# shaky moon



## photobug (Jul 10, 2003)

In the last millenium when I was young, 10 feet tall & bullet proof, I was convinced that I could hand hold a 200mm lens, with doubler, for a 20 second shot of the moon.

Here is evidence that my assessment of said abilities may have been slightly overstated. The six pack of beer probably didn't help either.   







Jim

p.s.- not only have I discovered that I'm *not* young, 10 feet tall, or bulletproof, now that I'm middle-old I've found that I'm only 6 feet tall & probably not even bullet resistant!

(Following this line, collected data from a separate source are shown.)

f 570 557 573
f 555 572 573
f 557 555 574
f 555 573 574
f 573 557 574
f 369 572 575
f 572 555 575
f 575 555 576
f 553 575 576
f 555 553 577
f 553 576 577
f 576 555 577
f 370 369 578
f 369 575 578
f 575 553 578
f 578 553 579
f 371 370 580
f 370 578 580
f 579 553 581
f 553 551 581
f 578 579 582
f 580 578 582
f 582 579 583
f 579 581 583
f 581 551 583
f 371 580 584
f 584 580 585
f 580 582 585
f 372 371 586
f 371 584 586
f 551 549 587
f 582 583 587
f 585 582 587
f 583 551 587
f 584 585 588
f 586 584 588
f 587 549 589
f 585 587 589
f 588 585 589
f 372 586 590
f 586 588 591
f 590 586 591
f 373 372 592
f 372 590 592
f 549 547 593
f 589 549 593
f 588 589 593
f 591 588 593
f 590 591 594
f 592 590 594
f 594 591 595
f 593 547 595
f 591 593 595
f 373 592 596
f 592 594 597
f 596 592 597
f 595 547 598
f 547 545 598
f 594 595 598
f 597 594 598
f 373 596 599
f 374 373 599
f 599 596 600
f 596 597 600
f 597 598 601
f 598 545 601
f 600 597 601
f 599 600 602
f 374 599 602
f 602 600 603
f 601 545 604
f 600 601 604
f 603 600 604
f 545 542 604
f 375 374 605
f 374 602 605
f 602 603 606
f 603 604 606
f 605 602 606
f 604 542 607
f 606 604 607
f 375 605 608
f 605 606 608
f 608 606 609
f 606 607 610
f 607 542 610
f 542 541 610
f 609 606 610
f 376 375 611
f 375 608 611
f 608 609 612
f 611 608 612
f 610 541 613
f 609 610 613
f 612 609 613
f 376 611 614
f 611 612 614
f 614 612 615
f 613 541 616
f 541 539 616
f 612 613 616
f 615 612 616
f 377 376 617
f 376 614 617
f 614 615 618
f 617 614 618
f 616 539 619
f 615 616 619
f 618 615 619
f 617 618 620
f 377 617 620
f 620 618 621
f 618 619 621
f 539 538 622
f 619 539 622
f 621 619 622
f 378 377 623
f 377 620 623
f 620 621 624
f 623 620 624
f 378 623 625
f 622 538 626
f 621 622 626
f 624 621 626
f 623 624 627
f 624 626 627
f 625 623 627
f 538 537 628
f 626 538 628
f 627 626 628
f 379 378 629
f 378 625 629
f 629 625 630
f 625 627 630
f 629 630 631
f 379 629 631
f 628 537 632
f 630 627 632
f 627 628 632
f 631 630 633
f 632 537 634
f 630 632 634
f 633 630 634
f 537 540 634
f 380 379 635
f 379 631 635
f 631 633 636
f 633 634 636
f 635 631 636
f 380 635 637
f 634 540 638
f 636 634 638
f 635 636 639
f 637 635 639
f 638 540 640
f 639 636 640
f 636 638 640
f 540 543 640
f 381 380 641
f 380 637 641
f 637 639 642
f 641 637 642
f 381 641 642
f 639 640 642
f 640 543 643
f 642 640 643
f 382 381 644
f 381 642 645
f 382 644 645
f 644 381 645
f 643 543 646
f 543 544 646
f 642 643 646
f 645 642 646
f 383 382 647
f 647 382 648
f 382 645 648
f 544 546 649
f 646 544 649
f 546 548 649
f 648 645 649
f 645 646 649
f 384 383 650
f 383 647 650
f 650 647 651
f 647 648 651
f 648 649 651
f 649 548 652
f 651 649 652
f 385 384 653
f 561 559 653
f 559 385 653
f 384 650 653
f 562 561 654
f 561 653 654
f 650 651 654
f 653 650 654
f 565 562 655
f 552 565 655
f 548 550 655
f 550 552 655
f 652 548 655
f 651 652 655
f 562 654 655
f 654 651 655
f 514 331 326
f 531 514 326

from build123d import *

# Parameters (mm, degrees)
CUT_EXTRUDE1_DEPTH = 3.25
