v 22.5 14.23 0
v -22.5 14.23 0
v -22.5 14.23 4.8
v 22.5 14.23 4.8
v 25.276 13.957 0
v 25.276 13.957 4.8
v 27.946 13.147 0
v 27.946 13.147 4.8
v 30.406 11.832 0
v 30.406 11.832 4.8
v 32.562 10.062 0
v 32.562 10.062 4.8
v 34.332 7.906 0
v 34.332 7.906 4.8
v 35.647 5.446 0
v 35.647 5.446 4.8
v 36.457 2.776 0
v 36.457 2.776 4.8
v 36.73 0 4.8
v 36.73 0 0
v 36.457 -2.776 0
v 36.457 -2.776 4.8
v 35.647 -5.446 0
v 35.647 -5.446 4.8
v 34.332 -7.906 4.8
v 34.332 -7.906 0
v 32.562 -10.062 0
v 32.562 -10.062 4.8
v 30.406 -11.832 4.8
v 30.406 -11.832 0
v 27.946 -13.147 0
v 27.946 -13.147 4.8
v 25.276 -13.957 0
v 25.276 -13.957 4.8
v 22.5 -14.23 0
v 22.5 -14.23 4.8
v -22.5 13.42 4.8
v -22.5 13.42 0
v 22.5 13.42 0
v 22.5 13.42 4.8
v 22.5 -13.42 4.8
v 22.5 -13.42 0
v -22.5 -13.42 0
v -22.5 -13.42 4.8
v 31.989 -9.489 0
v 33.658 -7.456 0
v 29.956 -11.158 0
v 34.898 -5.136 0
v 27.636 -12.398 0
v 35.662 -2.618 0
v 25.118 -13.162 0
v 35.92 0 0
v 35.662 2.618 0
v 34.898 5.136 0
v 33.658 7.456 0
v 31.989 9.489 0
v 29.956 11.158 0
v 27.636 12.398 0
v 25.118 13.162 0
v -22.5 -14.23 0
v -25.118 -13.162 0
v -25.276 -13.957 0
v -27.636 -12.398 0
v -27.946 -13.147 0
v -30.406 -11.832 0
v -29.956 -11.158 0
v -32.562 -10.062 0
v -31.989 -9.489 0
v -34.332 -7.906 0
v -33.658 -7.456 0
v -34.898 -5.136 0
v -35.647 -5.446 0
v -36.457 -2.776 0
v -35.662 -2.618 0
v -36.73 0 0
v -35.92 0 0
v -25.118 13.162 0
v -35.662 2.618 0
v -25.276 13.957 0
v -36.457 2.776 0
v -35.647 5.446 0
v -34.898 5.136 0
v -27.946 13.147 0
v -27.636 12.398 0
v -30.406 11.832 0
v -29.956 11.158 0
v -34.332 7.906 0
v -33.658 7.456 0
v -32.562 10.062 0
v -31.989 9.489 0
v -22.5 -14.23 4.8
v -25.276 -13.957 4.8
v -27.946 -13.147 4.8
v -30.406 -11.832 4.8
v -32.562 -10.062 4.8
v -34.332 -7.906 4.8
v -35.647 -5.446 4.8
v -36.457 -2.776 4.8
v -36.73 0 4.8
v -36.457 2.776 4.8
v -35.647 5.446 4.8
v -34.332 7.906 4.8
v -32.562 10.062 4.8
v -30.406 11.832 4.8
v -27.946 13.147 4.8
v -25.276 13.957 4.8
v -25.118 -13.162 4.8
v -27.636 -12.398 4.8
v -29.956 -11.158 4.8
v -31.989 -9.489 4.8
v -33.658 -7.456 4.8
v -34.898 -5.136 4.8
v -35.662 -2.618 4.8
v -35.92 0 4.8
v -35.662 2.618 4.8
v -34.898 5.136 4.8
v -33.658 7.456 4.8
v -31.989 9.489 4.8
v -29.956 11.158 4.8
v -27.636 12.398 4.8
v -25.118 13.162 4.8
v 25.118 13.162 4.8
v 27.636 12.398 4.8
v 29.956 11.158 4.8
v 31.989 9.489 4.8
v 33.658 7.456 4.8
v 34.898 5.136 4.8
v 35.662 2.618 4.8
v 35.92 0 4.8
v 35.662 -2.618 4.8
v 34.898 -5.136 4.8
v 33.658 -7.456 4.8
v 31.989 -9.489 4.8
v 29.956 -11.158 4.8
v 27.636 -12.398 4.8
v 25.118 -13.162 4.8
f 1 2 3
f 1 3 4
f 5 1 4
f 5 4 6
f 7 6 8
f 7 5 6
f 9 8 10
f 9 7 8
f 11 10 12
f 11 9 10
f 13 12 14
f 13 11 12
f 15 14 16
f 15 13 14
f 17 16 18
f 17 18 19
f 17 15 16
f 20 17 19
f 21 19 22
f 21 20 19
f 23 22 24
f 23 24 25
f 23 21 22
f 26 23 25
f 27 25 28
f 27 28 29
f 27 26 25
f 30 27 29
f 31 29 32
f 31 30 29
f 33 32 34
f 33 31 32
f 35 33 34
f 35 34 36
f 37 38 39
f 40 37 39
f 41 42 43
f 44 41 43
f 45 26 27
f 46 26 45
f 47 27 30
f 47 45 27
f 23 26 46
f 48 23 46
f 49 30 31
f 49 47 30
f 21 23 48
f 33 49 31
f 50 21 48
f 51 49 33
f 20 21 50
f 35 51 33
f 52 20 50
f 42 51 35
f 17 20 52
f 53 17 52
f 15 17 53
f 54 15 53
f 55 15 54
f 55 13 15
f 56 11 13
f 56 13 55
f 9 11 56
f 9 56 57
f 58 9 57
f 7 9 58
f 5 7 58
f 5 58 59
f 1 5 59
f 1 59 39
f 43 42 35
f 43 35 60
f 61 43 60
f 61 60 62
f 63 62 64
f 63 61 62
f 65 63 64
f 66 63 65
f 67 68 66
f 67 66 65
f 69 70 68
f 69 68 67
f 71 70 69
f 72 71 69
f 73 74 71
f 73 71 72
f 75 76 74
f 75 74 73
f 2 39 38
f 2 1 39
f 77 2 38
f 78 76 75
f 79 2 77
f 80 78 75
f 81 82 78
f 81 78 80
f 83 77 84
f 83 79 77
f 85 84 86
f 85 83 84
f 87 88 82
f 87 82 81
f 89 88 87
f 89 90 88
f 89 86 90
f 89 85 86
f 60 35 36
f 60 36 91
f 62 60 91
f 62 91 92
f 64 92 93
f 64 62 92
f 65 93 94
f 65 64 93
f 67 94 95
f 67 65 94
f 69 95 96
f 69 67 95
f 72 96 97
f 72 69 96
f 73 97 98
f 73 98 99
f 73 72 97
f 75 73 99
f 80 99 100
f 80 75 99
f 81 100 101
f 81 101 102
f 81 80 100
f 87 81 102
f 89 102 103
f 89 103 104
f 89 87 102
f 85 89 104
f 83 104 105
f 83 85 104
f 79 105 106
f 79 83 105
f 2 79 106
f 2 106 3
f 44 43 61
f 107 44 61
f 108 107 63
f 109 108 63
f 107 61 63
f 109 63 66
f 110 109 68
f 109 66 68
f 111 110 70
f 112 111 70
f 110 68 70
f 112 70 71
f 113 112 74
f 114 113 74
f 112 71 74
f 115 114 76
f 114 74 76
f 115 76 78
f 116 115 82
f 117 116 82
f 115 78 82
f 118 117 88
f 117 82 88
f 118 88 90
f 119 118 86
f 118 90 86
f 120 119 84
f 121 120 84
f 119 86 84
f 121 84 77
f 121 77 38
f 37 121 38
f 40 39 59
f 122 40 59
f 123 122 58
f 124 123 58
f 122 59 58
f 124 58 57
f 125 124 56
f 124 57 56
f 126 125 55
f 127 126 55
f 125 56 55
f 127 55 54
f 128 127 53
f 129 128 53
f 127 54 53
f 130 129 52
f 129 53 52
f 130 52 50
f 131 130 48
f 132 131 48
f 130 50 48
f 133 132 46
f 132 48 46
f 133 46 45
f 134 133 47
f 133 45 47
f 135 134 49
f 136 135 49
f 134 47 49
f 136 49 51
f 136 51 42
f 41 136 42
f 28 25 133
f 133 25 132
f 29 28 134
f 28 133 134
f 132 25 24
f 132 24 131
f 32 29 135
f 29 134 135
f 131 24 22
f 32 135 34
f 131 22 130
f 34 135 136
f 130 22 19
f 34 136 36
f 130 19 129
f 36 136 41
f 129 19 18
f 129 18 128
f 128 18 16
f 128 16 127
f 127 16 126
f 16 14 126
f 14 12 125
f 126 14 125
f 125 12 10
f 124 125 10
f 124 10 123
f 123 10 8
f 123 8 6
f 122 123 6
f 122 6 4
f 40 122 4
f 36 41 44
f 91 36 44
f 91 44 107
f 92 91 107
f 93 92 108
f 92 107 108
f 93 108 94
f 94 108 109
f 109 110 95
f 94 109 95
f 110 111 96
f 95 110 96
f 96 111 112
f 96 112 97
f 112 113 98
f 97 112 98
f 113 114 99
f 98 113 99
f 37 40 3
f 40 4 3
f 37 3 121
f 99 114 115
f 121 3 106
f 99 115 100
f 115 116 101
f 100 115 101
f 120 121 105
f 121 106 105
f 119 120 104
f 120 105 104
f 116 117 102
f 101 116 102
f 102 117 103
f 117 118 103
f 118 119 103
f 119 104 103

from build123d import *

# Parameters (mm, degrees)
EXTRUDE_1_DEPTH = 4.8
EXTRUDE_2_DEPTH = 4.8


# Read off the part's stored shape, not the designer's step: 交差1
with BuildPart() as part:
    # ｽｹｯﾁ1 → 押し出し-薄板1 (new body)
    with BuildSketch(Plane.XY):
        with BuildLine():
            Line((-22.5, 14.23), (22.5, 14.23))
            ThreePointArc((22.5, 14.23), (36.73, 0), (22.5, -14.23))
            Line((22.5, -14.23), (-22.5, -14.23))
            ThreePointArc((-22.5, -14.23), (-36.73, 0), (-22.5, 14.23))
        make_face()
        with BuildLine():
            Line((-22.5, 13.42), (22.5, 13.42))
            ThreePointArc((22.5, 13.42), (35.92, 0), (22.5, -13.42))
            Line((22.5, -13.42), (-22.5, -13.42))
            ThreePointArc((-22.5, -13.42), (-35.92, 0), (-22.5, 13.42))
        make_face(mode=Mode.SUBTRACT)
    extrude(amount=EXTRUDE_1_DEPTH)


with BuildPart() as body_2:
    # ｽｹｯﾁ2 → 押し出し-薄板2 (new body)
    with BuildSketch(Plane.XY.offset(4.8)):
        with BuildLine():
            Line((-22.5, -14.23), (22.5, -14.23))
            ThreePointArc((22.5, -14.23), (36.73, 0), (22.5, 14.23))
            Line((22.5, 14.23), (-22.5, 14.23))
            ThreePointArc((-22.5, 14.23), (-36.73, 0), (-22.5, -14.23))
        make_face()
        with BuildLine():
            Line((-22.5, -13.93), (22.5, -13.93))
            ThreePointArc((22.5, -13.93), (36.43, 0), (22.5, 13.93))
            Line((22.5, 13.93), (-22.5, 13.93))
            ThreePointArc((-22.5, 13.93), (-36.43, 0), (-22.5, -13.93))
        make_face(mode=Mode.SUBTRACT)
    extrude(amount=-EXTRUDE_2_DEPTH)


solid = part.part
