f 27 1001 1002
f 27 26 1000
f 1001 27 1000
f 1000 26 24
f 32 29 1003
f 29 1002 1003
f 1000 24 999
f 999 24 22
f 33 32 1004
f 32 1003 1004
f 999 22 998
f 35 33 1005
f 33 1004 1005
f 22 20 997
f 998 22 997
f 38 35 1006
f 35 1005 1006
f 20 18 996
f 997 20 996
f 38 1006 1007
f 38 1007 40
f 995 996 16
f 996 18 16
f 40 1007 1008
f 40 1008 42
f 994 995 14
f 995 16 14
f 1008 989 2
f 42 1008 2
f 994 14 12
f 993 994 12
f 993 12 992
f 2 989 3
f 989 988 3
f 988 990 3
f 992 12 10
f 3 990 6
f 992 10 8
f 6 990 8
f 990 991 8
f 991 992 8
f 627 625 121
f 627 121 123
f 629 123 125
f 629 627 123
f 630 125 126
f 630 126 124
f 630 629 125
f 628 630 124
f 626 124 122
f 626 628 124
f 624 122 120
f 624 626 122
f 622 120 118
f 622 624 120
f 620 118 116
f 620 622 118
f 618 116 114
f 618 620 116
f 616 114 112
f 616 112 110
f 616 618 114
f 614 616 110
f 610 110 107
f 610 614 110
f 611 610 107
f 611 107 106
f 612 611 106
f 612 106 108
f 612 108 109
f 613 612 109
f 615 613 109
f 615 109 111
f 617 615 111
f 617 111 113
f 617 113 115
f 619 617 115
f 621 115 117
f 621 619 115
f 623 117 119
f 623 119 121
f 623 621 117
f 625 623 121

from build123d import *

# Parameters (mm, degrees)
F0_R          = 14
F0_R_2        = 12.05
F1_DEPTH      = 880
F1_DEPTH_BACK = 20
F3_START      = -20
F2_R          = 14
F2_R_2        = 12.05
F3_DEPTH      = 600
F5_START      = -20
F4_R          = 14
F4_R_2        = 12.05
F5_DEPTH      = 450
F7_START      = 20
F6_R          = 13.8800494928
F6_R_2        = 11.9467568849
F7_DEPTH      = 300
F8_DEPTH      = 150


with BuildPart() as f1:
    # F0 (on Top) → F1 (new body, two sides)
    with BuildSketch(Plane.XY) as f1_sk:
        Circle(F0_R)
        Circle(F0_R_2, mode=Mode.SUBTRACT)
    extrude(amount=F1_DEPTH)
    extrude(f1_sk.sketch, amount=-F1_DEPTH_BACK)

Drat!  :cry:


----------



## voodoocat (Jul 10, 2003)

Looks like pop corn =]


----------



## photobug (Jul 10, 2003)

That seems to be a popular observance.


----------



## Chase (Jul 10, 2003)

Maybe this is really just a bad shot of popcorn that you are trying to CLAIM as a shot of the moon  :?


----------



## Dew (Jul 11, 2003)

i like it, i think it looks cool


----------



## e_ (Jul 13, 2003)

...i LOVE it!

Funny thing was - when viewing the 'title' for this thread on the main Board - the first thing that popped into my head was a cocktail drink

Indeed: somehow the image reminds me of that rich swirl one might expect of an exotic liqueur, drifting in some forbidden liquid

Kewl!



e_


----------



## nikon90s (Jul 15, 2003)

ART IS SO COOL!!! YOU JUST HAVE TO LOVE IT :cheer:


----------



## Taryn (Aug 8, 2003)

I think I'll try this one on purpose!   It's cool!

-T


----------



## Lula (Aug 12, 2003)

So cool !!!
 8)


----------



## bogleric (Oct 29, 2003)

definitely a messed up drunk shot of a barely visible moon!


----------